Am I right? am I getting your point?

maechler commented 5 years ago

@alucard079 Yes, also for the character size it is not a problem if it is slightly different. Yes exactly, if you have 3 different fonts, then you get 3 tif and 3 box files that get compiled into on single traineddata.

alucard079 commented 5 years ago

@maechler Woah thank you, everything is clear for me now. uhmm. In using the train ocr repo do I need to compile the Openalpr harder way with its dependecies? or the Easy Way compilation will do?

Also in training every fonts? How many images do I need, 500 -1000 is enought? every font?

Plus very super little slightly different, like for example I don't get the exact measurement of a font/plate that I will declare in the config file? It will not affect the accuracy or the recognition itself?

maechler commented 5 years ago

@alucard079 I am afraid, I do not remember whether it worked the easy way or only the hard way for me. It has been a while since I used these tools, I just remember that I struggled to get it running and in the end it only worked on Ubuntu. Also I had to use PNG instead of TIF images in order to make it work (change .tif to .png in train.py).

The doc says you need around 200 clear images of your country’s license plates. You should have 200 images for each font you want to train. In the end you should end up with TIF or PNG files that have about as many characters as the ones that are already in this repository.

It should not be a problem if you do not know the exact measurement of a plate / character.

alucard079 commented 5 years ago

@maechler Can I have a conversation with you? In facebook or some social media?

Will this repo worked without compiling first the OpenALPR? Are this repo is independent?

I'm having a problem in installing the imageclipper (separate repo) Part of the instruction in this repo.
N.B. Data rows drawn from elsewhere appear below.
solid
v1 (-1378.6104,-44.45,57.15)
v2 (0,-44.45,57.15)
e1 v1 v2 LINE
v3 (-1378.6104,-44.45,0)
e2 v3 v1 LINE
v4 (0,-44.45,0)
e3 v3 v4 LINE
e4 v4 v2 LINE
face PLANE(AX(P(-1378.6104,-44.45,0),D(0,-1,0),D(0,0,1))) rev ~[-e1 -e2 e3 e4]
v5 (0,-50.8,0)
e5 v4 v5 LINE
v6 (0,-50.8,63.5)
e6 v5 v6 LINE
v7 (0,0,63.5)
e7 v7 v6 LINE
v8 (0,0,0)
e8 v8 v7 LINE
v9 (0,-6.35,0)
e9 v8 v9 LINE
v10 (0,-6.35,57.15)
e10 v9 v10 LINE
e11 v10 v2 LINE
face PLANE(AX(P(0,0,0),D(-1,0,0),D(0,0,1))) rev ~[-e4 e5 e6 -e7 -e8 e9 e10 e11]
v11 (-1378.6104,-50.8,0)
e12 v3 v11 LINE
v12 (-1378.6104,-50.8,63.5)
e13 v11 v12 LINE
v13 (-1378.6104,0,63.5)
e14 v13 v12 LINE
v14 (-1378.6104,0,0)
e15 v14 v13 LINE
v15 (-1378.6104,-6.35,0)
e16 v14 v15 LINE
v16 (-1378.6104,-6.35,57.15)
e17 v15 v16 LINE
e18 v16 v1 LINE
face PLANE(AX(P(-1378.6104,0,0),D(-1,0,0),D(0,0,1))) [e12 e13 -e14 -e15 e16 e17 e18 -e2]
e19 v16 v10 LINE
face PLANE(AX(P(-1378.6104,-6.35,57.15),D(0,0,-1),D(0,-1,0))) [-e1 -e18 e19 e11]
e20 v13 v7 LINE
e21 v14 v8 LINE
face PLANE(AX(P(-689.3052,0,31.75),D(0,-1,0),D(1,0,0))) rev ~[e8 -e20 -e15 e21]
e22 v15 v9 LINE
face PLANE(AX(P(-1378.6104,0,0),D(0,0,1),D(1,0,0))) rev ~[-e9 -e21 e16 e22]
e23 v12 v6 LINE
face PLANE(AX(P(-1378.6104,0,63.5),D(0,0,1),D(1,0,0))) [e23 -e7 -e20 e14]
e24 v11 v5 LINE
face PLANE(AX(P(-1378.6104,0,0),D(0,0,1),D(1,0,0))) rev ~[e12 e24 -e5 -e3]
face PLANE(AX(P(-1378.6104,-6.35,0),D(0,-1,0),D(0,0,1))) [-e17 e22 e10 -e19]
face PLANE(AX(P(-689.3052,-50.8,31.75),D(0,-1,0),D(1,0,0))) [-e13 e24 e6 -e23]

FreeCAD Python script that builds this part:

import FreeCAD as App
import Part
import Sketcher
from FreeCAD import Vector
Q = App.Units.Quantity


def add_polygon(sketch, points):
    """Adds a closed chain of lines whose ends are joined by coincident constraints."""
    first, n = sketch.GeometryCount, len(points)
    for a, b in zip(points, points[1:] + points[:1]):
        sketch.addGeometry(Part.LineSegment(App.Vector(*a, 0), App.Vector(*b, 0)), False)
    for i in range(n):
        sketch.addConstraint(Sketcher.Constraint("Coincident", first + i, 2, first + (i + 1) % n, 1))

doc = App.newDocument("Part")
body = doc.addObject("PartDesign::Body", "Body")

sketch1 = body.newObject("Sketcher::SketchObject", "Sketch")
sketch1.AttachmentSupport = (doc.getObject("XZ_Plane"), [""])
sketch1.MapMode = "FlatFace"
add_polygon(sketch1, [(-1379, 64), (-1379, 0), (0, 0), (0, 64)])
sketch1.addConstraint(Sketcher.Constraint("Vertical", 0))
sketch1.addConstraint(Sketcher.Constraint("Horizontal", 1))
sketch1.addConstraint(Sketcher.Constraint("Vertical", 2))
sketch1.addConstraint(Sketcher.Constraint("Horizontal", 3))
sketch1.addConstraint(Sketcher.Constraint("Coincident", 1, 2, -1, 1))
sketch1.addConstraint(Sketcher.Constraint("DistanceY", 0, 2, 0, 1, Q("2.5 in")))
sketch1.addConstraint(Sketcher.Constraint("DistanceX", 1, 1, 1, 2, Q("54.276 in")))
pad1 = body.newObject("PartDesign::Pad", "Pad")
pad1.Profile = sketch1
pad1.Length = Q("2 in")

sketch2 = body.newObject("Sketcher::SketchObject", "Sketch001")
sketch2.AttachmentSupport = (doc.getObject("YZ_Plane"), [""])
sketch2.MapMode = "FlatFace"
sketch2.AttachmentOffset = App.Placement(Vector(0, 0, -54.276 * 25.4), App.Rotation())
add_polygon(sketch2, [(-6, 57), (-6, 0), (-44, 0), (-44, 57)])
sketch2.addConstraint(Sketcher.Constraint("Vertical", 0))
sketch2.addConstraint(Sketcher.Constraint("Horizontal", 1))
sketch2.addConstraint(Sketcher.Constraint("Vertical", 2))
sketch2.addConstraint(Sketcher.Constraint("Horizontal", 3))
sketch2.addConstraint(Sketcher.Constraint("PointOnObject", 0, 2, -1))
sketch2.addConstraint(Sketcher.Constraint("DistanceX", 1, 2, 1, 1, Q("1.5 in")))
sketch2.addConstraint(Sketcher.Constraint("DistanceY", 0, 2, 0, 1, Q("2.25 in")))
sketch2.addConstraint(Sketcher.Constraint("DistanceX", 0, 2, -1, 1, Q("0.25 in")))
pocket1 = body.newObject("PartDesign::Pocket", "Pocket")
pocket1.Profile = sketch2
pocket1.Type = "ThroughAll"
pocket1.Reversed = True

doc.recompute()
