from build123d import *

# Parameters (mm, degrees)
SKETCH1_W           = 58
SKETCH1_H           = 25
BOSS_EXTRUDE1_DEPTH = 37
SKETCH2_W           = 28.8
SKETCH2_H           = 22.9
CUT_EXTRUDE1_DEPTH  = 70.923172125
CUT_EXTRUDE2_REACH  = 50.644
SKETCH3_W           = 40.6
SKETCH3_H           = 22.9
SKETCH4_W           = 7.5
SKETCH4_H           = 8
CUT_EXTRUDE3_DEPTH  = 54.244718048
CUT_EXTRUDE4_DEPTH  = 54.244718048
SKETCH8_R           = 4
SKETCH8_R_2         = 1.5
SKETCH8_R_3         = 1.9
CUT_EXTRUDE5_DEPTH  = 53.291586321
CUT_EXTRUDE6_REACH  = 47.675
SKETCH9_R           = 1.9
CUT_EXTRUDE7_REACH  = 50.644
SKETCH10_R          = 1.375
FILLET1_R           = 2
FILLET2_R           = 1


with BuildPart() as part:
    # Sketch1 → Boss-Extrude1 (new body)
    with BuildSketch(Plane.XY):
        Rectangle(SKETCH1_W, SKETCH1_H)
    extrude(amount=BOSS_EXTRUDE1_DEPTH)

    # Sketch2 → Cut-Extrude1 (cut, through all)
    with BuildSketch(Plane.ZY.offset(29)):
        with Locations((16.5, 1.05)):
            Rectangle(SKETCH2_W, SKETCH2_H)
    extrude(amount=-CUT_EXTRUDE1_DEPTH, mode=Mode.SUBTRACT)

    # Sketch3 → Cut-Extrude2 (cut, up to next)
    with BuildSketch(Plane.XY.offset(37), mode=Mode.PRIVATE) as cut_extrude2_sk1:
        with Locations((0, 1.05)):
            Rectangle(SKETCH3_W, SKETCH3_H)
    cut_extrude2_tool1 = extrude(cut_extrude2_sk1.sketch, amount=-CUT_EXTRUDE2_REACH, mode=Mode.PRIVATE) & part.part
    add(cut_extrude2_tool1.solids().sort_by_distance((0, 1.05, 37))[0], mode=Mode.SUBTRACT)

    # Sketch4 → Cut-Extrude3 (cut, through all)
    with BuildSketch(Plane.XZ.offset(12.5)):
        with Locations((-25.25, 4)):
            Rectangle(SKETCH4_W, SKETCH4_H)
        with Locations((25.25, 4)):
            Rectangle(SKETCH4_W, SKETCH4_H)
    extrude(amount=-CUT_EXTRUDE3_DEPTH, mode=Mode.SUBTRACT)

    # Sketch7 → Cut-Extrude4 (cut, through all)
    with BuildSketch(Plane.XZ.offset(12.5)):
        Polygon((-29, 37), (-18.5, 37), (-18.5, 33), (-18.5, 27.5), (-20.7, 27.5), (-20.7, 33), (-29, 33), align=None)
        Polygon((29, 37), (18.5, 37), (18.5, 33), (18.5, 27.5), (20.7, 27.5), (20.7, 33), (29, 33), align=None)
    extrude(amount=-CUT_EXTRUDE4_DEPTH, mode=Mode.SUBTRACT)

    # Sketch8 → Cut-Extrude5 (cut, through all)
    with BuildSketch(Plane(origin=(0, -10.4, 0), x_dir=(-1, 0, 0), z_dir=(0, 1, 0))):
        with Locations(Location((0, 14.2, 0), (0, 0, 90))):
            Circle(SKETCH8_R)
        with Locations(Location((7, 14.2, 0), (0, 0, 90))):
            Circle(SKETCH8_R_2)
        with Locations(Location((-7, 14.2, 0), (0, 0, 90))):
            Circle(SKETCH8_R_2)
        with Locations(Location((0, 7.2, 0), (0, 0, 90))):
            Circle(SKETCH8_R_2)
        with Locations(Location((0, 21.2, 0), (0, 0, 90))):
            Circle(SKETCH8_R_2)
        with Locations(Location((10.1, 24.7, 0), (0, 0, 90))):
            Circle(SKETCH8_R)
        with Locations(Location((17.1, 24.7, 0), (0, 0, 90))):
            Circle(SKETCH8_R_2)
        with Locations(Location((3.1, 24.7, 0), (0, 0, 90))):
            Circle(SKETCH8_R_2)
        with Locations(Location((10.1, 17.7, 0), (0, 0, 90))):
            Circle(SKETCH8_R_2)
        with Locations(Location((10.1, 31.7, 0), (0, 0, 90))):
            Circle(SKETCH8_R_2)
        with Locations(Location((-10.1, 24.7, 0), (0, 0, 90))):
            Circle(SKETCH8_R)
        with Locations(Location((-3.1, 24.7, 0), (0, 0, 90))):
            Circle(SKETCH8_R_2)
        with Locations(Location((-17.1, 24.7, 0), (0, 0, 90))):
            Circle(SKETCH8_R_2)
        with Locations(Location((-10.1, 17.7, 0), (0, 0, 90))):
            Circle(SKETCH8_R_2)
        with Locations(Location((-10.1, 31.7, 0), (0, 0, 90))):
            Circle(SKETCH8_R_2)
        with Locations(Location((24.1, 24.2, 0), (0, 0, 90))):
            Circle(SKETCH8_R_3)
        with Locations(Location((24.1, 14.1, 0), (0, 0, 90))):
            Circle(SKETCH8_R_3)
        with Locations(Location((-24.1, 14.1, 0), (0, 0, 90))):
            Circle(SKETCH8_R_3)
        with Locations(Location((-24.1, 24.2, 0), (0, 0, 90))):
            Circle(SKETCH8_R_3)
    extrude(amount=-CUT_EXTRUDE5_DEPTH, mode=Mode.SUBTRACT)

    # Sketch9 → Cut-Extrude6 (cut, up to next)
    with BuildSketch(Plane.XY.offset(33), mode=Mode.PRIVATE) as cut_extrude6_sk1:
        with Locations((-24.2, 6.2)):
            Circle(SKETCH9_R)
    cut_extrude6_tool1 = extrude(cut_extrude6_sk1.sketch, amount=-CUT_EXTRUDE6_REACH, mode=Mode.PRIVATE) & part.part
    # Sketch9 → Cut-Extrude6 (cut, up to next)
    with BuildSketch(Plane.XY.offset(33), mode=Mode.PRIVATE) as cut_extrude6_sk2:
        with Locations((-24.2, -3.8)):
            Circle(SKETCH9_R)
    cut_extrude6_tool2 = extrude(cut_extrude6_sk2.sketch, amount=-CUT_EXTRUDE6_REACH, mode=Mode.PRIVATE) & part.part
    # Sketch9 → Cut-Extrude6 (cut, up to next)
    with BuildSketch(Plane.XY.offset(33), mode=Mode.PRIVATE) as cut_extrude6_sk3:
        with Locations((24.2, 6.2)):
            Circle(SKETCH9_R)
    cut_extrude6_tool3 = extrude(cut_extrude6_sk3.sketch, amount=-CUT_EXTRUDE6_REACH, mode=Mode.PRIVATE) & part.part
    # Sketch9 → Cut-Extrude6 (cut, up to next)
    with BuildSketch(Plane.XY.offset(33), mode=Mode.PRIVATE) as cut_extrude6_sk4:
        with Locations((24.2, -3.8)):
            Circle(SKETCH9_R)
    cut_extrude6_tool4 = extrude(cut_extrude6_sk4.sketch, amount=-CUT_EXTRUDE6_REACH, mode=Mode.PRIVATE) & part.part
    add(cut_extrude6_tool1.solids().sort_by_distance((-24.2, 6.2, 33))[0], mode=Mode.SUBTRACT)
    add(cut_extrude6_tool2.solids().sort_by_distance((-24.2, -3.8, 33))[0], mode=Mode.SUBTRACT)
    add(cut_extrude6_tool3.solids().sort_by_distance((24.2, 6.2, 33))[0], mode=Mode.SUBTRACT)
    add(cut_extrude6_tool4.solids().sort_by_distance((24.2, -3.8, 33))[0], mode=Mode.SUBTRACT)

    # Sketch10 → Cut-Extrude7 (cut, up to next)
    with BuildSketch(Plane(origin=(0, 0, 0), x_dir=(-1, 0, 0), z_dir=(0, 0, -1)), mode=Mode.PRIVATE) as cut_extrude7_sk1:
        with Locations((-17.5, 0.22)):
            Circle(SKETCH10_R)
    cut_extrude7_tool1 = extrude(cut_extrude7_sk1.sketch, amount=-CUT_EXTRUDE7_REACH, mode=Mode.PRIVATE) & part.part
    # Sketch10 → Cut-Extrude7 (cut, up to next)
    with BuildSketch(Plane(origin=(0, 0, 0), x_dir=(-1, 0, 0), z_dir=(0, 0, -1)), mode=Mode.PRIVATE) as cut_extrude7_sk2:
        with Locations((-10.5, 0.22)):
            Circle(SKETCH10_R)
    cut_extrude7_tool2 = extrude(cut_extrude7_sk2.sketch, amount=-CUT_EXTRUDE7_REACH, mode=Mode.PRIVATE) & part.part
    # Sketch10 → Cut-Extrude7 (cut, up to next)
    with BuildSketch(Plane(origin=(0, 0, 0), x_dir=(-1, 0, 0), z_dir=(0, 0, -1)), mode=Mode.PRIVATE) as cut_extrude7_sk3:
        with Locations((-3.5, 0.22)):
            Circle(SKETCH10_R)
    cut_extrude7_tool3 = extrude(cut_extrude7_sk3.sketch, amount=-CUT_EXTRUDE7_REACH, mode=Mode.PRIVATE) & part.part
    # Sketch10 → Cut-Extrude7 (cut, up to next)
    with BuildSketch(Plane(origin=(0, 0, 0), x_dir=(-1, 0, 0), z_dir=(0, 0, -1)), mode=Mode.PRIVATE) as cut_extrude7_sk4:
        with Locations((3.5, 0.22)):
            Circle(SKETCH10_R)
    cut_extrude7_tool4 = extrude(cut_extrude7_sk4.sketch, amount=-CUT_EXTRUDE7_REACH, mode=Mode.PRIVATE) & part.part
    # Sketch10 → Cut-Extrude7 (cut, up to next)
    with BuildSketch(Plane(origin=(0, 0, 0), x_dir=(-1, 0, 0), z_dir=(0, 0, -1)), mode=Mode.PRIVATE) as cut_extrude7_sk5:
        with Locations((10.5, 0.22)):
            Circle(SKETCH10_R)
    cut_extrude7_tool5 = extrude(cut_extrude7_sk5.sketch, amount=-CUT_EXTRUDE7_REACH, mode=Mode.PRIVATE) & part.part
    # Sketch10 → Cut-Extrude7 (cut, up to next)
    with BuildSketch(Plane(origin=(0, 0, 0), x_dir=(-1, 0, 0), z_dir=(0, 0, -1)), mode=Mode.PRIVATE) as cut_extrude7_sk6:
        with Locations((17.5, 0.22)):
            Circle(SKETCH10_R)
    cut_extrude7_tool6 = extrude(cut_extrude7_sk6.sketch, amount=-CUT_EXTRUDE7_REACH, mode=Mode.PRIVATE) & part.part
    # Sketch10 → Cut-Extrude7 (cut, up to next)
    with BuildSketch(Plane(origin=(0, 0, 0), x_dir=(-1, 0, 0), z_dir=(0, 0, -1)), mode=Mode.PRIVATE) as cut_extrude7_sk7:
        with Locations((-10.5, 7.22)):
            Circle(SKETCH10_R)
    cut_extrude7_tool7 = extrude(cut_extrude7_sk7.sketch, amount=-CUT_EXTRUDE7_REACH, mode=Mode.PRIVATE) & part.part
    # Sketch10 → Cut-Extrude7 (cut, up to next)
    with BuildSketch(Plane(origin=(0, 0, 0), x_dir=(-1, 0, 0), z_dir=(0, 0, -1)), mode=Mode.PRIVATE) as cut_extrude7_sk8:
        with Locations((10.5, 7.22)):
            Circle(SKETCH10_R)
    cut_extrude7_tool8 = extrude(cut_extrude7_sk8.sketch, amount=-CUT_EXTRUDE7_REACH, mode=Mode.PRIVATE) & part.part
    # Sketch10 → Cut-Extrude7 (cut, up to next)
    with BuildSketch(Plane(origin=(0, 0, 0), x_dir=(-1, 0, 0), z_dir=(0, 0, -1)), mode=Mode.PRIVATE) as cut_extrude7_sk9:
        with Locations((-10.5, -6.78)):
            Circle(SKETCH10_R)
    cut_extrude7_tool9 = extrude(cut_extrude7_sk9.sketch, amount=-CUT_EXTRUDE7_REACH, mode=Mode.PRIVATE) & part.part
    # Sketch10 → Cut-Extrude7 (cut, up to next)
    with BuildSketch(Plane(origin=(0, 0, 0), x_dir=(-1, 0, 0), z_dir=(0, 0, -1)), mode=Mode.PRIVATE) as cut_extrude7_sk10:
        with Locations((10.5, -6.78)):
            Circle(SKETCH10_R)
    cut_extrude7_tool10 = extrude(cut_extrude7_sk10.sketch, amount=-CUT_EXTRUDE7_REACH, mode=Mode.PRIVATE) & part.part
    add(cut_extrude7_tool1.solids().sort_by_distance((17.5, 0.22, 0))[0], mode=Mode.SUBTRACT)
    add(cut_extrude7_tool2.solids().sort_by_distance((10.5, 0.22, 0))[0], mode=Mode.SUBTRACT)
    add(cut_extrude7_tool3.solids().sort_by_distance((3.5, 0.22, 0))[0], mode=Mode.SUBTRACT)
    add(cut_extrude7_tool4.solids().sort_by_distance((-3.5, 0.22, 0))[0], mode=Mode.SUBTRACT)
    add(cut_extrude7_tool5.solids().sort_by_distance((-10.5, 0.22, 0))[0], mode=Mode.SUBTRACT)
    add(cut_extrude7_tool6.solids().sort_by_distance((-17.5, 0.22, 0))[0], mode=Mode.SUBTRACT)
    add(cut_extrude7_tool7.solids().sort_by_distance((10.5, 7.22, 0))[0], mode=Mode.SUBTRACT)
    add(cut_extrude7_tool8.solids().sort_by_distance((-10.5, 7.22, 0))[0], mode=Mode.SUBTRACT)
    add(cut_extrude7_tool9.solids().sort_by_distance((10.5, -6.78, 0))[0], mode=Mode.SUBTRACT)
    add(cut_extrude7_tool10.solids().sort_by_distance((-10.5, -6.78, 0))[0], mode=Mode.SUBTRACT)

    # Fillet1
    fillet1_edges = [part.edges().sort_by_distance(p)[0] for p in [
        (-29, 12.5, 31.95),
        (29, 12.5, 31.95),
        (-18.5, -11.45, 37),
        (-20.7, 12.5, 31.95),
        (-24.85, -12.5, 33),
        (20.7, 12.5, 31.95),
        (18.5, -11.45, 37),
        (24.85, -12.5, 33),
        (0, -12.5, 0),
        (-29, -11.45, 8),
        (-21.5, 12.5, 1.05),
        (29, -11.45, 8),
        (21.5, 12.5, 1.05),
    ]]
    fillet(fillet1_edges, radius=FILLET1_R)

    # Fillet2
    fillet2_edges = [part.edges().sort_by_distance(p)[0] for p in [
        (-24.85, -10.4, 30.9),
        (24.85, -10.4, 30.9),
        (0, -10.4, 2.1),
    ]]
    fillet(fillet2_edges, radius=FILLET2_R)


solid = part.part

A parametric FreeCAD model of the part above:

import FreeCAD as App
import Part
import Sketcher


def edges_at(feature, points):
    """Names of the edges that pass closest to the given points."""
    edges = feature.Shape.Edges
    near = lambda p: min(range(len(edges)), key=lambda i: edges[i].distToShape(Part.Vertex(*p))[0])
    return sorted({f"Edge{near(p) + 1}" for p in points})

doc = App.newDocument("Part")
body = doc.addObject("PartDesign::Body", "Body")

# Sketch on XY plane
sketch1 = body.newObject("Sketcher::SketchObject", "Sketch")
sketch1.AttachmentSupport = (doc.getObject("XY_Plane"), [""])
sketch1.MapMode = "FlatFace"
sketch1.addGeometry(Part.LineSegment(App.Vector(-29, 12.5, 0), App.Vector(-29, -12.5, 0)), False)
sketch1.addGeometry(Part.LineSegment(App.Vector(-29, -12.5, 0), App.Vector(29, -12.5, 0)), False)
sketch1.addGeometry(Part.LineSegment(App.Vector(29, -12.5, 0), App.Vector(29, 12.5, 0)), False)
sketch1.addGeometry(Part.LineSegment(App.Vector(29, 12.5, 0), App.Vector(-29, 12.5, 0)), False)
sketch1.addConstraint(Sketcher.Constraint("Coincident", 0, 2, 1, 1))
sketch1.addConstraint(Sketcher.Constraint("Coincident", 1, 2, 2, 1))
sketch1.addConstraint(Sketcher.Constraint("Coincident", 2, 2, 3, 1))
sketch1.addConstraint(Sketcher.Constraint("Coincident", 3, 2, 0, 1))
sketch1.addConstraint(Sketcher.Constraint("Vertical", 0))
sketch1.addConstraint(Sketcher.Constraint("Horizontal", 1))
sketch1.addConstraint(Sketcher.Constraint("Vertical", 2))
sketch1.addConstraint(Sketcher.Constraint("Horizontal", 3))
sketch1.addConstraint(Sketcher.Constraint("Symmetric", 0, 2, 2, 2, -1, 1))
sketch1.addConstraint(Sketcher.Constraint("DistanceX", 1, 1, 1, 2, 58.0))
sketch1.addConstraint(Sketcher.Constraint("DistanceY", 0, 2, 0, 1, 25.0))
pad1 = body.newObject("PartDesign::Pad", "Pad")
pad1.Profile = sketch1
pad1.Length = 37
Also It looks like this util isn't working it returning me an error in my CMD that the command is not existing. openalpr-utils-binarizefontsheet

Also can you give me some detailed explanation also instruction in doing this training? Especially the instructions in this repo, I'm having a hard time but some of the instruction I understand it correctly but some of them I'm having a hard time to really work out.

maechler commented 5 years ago

@alucard079 I have to admit I have not used openalpr and train-ocr in a while. In addition I never used the imageclipper application.

I remember also having a hard time getting this to work. I only managed getting train-ocr to run on Ubuntu and I needed to compile Tesseract myself (version 3.04.01, probably newer 3.* versions also work). The version from apt-get did not work for me. I had to convert the TIFF to PNG files and adjust train.py to load the PNG instead of the TIFF file. In addition I had to change the variable TESSERACT_DIR to the folder where I compiled Tesseract.

neumartin commented 5 years ago

@marcoschicote can you do it? I need Argentina alpr too! Thanks!

marcoschicote commented 5 years ago

@neumartin I did not go any further with this.

jlarghi commented 5 years ago

Hi @marcoschicote why do you discard this? We're thinking to use in our project? Thanks.